I was too astonished to carry on this line of inquiry. Newton continued.

“For these past twenty-five years,” he said, speaking as much to the letter in his hand as to me, “I have been thinking, at various times, on the attraction at a distance between two bodies, and from thence, the attraction between three.”

“And for this reason,” I asked, “you neither eat nor sleep?”

“The force, for example, that the Earth exerts on the Moon and the Moon on the Earth. And then the force that the Sun exerts on the Earth and the Moon and the force those two exert on the Sun.”

“Or the force,” I tried to lighten the conversation, “you exert upon those like myself who are worried about the effects this study is having on your body.”

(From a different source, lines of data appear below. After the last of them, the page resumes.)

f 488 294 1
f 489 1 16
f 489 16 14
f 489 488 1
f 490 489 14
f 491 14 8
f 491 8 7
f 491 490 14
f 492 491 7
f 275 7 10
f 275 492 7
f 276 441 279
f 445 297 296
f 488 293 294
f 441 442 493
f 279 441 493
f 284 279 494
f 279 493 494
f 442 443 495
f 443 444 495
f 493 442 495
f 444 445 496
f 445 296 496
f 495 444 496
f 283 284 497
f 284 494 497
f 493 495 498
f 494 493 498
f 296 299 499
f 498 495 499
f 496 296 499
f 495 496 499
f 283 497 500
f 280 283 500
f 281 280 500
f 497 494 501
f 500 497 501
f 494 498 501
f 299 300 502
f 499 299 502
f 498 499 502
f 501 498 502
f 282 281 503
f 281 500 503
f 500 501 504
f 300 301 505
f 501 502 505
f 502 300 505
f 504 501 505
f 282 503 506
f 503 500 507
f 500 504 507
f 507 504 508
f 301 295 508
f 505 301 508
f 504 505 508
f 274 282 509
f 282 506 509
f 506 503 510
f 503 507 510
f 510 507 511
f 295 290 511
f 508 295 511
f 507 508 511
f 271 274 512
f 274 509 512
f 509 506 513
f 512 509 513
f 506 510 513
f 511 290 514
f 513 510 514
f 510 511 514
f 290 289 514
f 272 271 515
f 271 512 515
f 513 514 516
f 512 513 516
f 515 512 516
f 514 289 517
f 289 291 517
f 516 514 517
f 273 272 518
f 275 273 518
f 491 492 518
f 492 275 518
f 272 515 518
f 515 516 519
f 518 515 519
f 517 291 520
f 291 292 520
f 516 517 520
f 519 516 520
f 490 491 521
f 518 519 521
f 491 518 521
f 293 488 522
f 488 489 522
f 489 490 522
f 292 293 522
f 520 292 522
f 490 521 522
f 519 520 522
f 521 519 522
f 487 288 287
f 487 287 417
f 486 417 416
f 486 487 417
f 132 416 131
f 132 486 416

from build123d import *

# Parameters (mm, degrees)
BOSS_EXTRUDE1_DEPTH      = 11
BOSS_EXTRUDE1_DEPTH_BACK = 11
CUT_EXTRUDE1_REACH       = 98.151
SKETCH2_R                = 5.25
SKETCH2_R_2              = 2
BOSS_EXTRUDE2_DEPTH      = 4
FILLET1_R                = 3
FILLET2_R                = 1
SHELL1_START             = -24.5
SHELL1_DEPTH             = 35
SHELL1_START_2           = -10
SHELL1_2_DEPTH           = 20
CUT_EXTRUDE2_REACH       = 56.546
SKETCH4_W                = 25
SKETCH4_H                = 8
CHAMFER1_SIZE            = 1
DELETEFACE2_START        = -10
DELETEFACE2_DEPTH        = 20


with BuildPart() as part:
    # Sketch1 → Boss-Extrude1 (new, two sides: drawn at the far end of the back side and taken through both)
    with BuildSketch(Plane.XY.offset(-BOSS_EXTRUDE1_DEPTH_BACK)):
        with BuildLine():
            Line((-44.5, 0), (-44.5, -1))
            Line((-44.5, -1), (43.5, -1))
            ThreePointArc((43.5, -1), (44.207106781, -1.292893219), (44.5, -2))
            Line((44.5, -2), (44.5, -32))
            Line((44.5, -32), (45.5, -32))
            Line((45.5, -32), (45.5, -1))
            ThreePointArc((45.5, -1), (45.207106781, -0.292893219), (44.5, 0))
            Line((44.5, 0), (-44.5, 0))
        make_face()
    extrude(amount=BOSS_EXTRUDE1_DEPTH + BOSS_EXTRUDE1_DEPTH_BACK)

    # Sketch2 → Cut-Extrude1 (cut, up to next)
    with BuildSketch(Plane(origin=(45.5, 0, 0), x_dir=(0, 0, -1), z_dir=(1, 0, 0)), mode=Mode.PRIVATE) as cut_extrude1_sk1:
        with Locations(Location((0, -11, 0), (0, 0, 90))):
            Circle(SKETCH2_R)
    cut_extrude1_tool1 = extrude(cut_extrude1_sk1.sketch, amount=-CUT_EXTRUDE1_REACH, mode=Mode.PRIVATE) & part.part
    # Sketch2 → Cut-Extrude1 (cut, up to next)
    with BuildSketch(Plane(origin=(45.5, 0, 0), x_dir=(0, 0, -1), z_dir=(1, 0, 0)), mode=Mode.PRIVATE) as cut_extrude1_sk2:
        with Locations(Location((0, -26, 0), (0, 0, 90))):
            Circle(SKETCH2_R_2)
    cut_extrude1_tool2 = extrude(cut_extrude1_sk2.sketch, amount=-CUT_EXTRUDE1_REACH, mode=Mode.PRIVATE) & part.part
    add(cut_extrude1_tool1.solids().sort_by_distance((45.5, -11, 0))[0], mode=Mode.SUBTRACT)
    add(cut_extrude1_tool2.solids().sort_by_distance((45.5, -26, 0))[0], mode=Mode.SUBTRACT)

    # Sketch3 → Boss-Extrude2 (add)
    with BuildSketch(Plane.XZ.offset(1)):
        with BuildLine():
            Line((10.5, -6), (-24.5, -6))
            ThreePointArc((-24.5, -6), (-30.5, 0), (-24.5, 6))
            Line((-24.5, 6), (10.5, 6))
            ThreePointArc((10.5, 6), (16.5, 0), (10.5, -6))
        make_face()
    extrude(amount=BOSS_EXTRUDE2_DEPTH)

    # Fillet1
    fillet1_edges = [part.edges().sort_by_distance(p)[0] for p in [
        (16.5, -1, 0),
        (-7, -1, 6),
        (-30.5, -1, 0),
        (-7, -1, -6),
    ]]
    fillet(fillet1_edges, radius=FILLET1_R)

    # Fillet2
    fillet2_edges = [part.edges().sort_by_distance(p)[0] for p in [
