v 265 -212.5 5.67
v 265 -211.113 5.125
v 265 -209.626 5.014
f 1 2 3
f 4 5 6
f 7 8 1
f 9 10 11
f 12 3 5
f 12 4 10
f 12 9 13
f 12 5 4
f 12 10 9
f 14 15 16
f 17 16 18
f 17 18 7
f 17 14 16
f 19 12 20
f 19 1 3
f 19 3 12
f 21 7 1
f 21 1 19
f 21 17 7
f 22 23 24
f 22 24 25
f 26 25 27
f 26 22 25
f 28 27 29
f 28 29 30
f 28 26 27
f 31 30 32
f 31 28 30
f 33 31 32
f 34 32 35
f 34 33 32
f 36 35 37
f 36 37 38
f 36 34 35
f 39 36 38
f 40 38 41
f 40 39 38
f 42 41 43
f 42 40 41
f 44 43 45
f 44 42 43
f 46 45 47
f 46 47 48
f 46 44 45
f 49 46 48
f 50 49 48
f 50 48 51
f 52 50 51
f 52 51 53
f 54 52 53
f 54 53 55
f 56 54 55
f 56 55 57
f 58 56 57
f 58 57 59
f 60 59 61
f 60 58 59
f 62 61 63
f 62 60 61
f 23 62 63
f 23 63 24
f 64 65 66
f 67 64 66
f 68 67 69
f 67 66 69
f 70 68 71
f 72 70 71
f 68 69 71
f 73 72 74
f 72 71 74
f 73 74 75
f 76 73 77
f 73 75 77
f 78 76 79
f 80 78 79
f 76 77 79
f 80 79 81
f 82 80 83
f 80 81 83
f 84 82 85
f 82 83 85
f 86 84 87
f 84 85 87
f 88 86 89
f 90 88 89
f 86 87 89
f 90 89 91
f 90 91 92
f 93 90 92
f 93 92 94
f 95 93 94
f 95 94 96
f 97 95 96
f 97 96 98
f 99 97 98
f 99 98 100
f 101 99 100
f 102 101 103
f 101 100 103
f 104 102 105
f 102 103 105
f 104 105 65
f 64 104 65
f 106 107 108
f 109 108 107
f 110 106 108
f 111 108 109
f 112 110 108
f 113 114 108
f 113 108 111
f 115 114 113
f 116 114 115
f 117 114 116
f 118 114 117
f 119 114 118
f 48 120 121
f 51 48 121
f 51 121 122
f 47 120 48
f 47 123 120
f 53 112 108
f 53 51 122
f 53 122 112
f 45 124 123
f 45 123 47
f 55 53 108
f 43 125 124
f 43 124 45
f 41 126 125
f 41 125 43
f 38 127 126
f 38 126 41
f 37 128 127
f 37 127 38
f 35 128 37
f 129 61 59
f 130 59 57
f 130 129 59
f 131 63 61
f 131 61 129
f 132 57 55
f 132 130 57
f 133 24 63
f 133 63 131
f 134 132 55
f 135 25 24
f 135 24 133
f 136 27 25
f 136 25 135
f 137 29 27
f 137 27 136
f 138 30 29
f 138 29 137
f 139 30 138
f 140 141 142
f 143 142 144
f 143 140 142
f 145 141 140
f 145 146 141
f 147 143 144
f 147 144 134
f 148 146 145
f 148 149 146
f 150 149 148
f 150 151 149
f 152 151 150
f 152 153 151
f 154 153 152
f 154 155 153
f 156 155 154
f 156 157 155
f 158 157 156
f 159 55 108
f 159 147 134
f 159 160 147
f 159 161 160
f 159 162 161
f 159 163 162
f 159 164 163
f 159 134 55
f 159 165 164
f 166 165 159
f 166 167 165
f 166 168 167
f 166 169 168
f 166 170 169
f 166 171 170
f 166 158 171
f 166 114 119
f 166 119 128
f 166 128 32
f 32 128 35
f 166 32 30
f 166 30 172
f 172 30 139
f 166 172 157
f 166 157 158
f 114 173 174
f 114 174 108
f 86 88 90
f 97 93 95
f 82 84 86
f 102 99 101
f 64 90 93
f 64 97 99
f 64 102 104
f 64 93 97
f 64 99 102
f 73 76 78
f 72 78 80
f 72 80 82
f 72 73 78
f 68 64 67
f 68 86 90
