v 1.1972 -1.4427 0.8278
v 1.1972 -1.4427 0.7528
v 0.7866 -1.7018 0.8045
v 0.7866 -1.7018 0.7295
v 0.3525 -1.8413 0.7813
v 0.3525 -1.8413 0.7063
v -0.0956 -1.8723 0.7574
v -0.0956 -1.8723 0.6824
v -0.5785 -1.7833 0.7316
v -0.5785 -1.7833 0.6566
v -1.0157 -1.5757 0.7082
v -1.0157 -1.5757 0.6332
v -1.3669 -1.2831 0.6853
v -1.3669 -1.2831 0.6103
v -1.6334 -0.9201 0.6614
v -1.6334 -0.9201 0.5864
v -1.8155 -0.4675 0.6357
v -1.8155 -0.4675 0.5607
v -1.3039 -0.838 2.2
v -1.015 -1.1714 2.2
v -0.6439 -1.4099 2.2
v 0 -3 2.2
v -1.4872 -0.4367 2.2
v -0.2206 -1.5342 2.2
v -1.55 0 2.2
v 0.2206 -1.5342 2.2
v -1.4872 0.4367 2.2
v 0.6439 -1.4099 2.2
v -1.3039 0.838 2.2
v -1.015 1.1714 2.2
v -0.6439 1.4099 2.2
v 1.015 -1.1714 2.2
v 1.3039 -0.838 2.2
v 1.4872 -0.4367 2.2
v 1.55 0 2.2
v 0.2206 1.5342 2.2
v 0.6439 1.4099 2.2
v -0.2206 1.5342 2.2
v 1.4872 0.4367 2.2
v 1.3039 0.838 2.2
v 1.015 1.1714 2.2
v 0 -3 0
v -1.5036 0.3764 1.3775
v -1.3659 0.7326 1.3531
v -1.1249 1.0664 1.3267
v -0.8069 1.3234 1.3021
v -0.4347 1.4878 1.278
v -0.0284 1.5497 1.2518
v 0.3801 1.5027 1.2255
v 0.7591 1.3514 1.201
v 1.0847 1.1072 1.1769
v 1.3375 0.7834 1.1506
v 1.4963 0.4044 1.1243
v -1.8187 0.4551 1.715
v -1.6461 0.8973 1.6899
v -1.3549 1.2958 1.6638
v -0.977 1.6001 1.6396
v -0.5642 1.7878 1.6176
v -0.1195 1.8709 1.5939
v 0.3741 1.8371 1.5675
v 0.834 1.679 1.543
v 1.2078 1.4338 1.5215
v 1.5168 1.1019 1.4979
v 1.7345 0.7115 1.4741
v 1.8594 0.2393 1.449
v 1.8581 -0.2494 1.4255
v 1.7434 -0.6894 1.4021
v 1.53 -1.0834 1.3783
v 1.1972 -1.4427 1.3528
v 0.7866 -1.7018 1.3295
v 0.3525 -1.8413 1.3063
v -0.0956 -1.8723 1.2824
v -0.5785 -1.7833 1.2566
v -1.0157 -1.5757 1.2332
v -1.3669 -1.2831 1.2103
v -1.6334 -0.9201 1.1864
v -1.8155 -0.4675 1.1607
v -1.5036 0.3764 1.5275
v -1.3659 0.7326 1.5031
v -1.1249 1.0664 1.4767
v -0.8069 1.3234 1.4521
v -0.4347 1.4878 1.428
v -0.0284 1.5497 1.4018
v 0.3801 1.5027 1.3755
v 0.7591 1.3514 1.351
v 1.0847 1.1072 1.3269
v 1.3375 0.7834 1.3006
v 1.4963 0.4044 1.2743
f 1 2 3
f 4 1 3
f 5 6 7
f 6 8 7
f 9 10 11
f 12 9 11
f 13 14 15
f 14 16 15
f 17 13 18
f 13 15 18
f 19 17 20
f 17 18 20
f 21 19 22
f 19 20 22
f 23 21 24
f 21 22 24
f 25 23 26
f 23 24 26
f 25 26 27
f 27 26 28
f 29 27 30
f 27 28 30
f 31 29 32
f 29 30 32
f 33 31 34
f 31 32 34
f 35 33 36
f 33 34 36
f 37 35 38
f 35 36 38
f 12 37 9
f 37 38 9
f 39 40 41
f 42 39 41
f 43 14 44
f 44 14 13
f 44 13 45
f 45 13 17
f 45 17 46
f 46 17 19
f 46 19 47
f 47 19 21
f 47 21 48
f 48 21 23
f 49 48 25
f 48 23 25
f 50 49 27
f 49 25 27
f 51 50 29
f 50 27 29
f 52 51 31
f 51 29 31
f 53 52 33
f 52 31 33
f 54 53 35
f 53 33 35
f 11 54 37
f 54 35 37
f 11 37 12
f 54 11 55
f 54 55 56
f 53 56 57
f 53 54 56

“Yes,” Newton replied, vaguely. I knew he was not fond of metaphor. But I had a sense that I was not far off by bringing the conversation down to Earth. I doubted that the affairs of the cosmos could produce such a calamitous effect in our most gifted fellow.

“My dear Newton,” I said, gripping his shoulder. “It is fast approaching the dinner hour. Lady Montague and I are entertaining some friends at the Lodge. There will be music, dancing, children. We would be delighted to count you among our guests in, say, an hour’s time? Tonight, after all, is the eve of the birth of Our Saviour.”

“Yes,” Newton replied, just as vague but with the hint of a smile. “And mine.”

“What?” I feigned. “You were born on Christmas Day?” Newton nodded. The smile remained, but his eyes wandered over to a portrait above the mantle. It was a sketch in brown charcoal, a sylvan scene, a man and a woman tossing a ball, the ball suspended between them, the motion caught in flight.

“Septimania,” Newton said.

“Excuse me?” I replied.

“Septimania,” he repeated. “It is the reason, Lord Montague, that I must decline your generous invitation. Please tender my best wishes to your gracious wife.”

“If I cannot persuade you,” I said, “please allow me to send over a tray. You must eat something. And certainly,” I added, “you must celebrate your own birthday with a slice of my wife’s Christmas Pudding.”

“I have made many calculations in my life, Master Montague,” Newton said. “I have read the Holy Scriptures,” he continued, “and I have calculated that the Battle of Armageddon will bring the Universe to a violent end less than four centuries from now.”

“By that time,” I began — and I must confess I was at a momentary loss for a riposte—“you and I shall certainly be long gone. Although my wife’s Christmas Pudding may still be edible. Let us gather our rosebuds, as Old Herrick suggested …”

“I can calculate the motions of heavenly bodies,” Newton went on, “but not the madness of people.”

“I don’t follow you, dear fellow,” I told him, brought up short by that word.

“I shan’t turn fifty,” Newton mumbled, folding the letter carefully and placing it into an envelope on top of his papers. He was smiling so benignly, Pepys, and the disorder of his countenance had realigned itself into something so delicate and determined that it wasn’t until I awoke this morning that the words took on a more terrible meaning. I called on the Porters, however, who told me that Mr. Newton had been in and out of college all day, preoccupied, yes, but as was his wont.